As for the work product question, the district court agreed with the special master that the proper test was to determine whether the primary purpose for creating the materials in question was anticipation of litigation.  However, the Sixth Circuit construed that test in a unique way, instead looking purely at the situation in which the documents were created, without any direct evidence of FirstEnergy’s subjective intent.  The court noted that “[t]he deluge began when the [DOJ] subpoenaed FirstEnergy immediately following the arrest for Householder, whose criminal complaint implicated FirstEnergy in wrongdoing.”  Within weeks after that, “eight lawsuits loomed over various FirstEnergy directors and officers, along with multiple investigations into FirstEnergy ….”  By the Sixth Circuit’s reasoning, this timeline alone demonstrated that the company conducted the investigations in anticipation of litigation.  Facing an “onslaught” of external investigations, FirstEnergy was entitled to a de facto presumption that its internal investigation was initiated in anticipation of litigation.

The Sixth Circuit’s decision is significant in part because the court engaged in an “abuse of discretion” review.  That level of review looks to whether the trial court “relies on erroneous finding of fact, applies the wrong legal standard, misapplies the correct legal standard when reaching a conclusion, or makes a clear error of judgment.”  The opinion does not make it clear which of these elements the trial court violated.  Whichever one it did, the point is that the relative timing and significance of oncoming litigation can be sufficient to demonstrate this degree of error.

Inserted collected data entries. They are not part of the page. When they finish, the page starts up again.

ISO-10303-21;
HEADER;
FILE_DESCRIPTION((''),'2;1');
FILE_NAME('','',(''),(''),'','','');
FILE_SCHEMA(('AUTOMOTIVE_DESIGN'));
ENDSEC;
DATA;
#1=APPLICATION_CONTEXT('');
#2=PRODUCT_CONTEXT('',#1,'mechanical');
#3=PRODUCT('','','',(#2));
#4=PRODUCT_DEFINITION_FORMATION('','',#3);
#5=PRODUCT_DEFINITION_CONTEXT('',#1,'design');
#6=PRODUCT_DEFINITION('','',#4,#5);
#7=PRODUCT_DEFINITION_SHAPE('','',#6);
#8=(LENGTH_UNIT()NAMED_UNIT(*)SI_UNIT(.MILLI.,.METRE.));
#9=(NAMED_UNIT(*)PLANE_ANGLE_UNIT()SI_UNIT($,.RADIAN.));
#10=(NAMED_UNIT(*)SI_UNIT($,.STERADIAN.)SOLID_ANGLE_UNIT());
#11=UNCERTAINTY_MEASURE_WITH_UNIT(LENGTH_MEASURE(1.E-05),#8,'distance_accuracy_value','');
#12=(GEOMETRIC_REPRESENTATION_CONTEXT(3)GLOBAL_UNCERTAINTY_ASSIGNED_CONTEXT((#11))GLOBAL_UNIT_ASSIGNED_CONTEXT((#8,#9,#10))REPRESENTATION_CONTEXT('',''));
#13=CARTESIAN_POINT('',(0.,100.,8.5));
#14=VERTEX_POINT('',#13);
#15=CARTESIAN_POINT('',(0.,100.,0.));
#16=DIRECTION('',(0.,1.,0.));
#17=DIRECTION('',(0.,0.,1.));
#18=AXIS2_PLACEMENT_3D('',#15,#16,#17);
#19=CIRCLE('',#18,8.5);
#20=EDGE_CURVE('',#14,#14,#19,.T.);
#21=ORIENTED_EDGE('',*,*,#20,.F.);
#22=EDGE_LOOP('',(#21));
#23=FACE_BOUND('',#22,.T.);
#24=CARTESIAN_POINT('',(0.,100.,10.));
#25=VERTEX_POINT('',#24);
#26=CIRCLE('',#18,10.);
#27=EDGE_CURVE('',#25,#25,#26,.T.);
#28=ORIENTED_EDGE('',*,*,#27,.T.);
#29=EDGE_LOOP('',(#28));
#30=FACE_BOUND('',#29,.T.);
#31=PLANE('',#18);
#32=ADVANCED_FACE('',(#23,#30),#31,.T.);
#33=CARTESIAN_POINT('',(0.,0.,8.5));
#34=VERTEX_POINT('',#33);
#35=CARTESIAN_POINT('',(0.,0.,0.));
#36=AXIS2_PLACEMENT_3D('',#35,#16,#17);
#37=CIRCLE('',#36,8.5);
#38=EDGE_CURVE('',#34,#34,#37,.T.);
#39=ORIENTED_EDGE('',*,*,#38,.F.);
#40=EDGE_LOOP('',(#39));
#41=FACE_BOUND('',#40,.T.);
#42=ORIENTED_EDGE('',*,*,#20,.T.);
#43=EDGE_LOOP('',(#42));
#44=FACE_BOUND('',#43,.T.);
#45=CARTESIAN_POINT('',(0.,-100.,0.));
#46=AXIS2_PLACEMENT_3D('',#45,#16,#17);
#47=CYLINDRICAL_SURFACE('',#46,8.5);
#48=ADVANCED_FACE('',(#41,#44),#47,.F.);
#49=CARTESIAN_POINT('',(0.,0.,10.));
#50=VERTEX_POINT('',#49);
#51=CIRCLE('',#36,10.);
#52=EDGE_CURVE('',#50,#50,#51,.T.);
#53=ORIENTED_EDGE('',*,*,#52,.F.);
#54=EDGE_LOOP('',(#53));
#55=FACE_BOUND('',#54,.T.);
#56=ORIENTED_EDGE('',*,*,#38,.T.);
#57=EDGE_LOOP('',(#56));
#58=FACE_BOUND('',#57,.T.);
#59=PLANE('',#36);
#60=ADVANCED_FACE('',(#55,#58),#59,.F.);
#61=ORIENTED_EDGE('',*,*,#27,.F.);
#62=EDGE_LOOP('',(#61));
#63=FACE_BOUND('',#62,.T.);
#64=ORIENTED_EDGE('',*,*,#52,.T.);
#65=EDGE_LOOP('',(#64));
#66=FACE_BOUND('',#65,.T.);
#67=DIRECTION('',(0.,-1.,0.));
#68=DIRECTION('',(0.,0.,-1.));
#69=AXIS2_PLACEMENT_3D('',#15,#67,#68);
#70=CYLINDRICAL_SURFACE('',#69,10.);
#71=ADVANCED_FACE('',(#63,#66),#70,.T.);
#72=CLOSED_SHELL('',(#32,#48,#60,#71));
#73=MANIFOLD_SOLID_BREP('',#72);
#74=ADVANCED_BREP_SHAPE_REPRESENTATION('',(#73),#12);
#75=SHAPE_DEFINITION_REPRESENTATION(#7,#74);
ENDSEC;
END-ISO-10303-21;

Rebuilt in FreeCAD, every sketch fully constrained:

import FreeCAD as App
import Part
import Sketcher
from FreeCAD import Vector
Q = App.Units.Quantity

doc = App.newDocument("Part")
body = doc.addObject("PartDesign::Body", "Body")

# Sketch on XZ plane
sketch1 = doc.addObject("Sketcher::SketchObject", "Sketch")
body.addObject(sketch1)
sketch1.AttachmentSupport = (doc.XZ_Plane, [""])
sketch1.MapMode = "FlatFace"
sketch1.addGeometry(Part.Circle(Vector(0, 0, 0), Vector(0, 0, 1), 10), False)
sketch1.addConstraint(Sketcher.Constraint("Coincident", 0, 3, -1, 1))
sketch1.addConstraint(Sketcher.Constraint("Diameter", 0, Q("20 mm")))
pad1 = doc.addObject("PartDesign::Pad", "Pad")
body.addObject(pad1)
pad1.Profile = sketch1
pad1.Length = 100
pad1.Reversed = True

# Sketch on XZ plane
sketch2 = doc.addObject("Sketcher::SketchObject", "Sketch001")
body.addObject(sketch2)
sketch2.AttachmentSupport = (doc.XZ_Plane, [""])
sketch2.MapMode = "FlatFace"
sketch2.AttachmentOffset = App.Placement(Vector(0, 0, -100), App.Rotation())
sketch2.addGeometry(Part.Circle(Vector(0, 0, 0), Vector(0, 0, 1), 8), False)
sketch2.addConstraint(Sketcher.Constraint("Coincident", 0, 3, -1, 1))
sketch2.addConstraint(Sketcher.Constraint("Diameter", 0, Q("17 mm")))
pocket1 = doc.addObject("PartDesign::Pocket", "Pocket")
body.addObject(pocket1)
pocket1.Profile = sketch2
pocket1.Length = 200
pocket1.Reversed = True

doc.recompute()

Discovery Practices May Have Contributed to the Result

When considering the opinion’s future impact, litigants should assess how two specific aspects of the plaintiffs’ litigation strategy influenced the Sixth Circuit’s opinion.  The class used a broad discovery request, seeking “production of all previously withheld documents … related to the internal investigation.”  Additionally, the class agreed that FirstEnergy did not need to provide a privilege log for “any” documents exchanged with outside counsel that were created after Householder’s arrest.  Those factors, common in litigation, were key to the Sixth Circuit’s decision.  The class argued that FirstEnergy’s failure to provide details supporting its claims of protection defeated its claims of privilege. The Sixth Circuit, however, excused the failure to provide details because the class had agreed that no details need be provided and, additionally, seemed to chide the class for its broad request: “FirstEnergy’s failure to identify any specific documents as privileged matched the plaintiffs’ broad and undifferentiated request for ‘all previously withheld documents … related to the internal investigation.’”  Although broad requests and agreements not to provide privilege logs for communications with outside counsel after the beginning of litigation are common, such agreements can inform the outcome of a subsequent discovery dispute.

Conclusion and Suggestions for Best Practice

The FirstEnergy decision calls into question several seemingly well-settled principles.  First, it seems no longer necessary to prove that a communication was made for the purpose of seeking legal advice.  Instead, the fact of seeking legal counsel seems sufficient to establish the attorney-client privilege.  Second, a party’s determination that a document was prepared in anticipation of litigation can be supported solely through evidence of the circumstances surrounding the creation of the document.  Third, common discovery practices such as seeking broad document production and agreeing that a privilege log is not required for communications with outside counsel can be compelling evidence of  a privilege claim.  Fourth, with all the foregoing said, attention to detail regarding procedural points (here, the proper procedure for making an unsworn declaration) can avoid subsequent issues.  Even if the standards are in fact less onerous than previously seemed to be the case, exceeding those standards can bolster a litigant’s chances of success in overcoming a challenge to its assertion of privilege.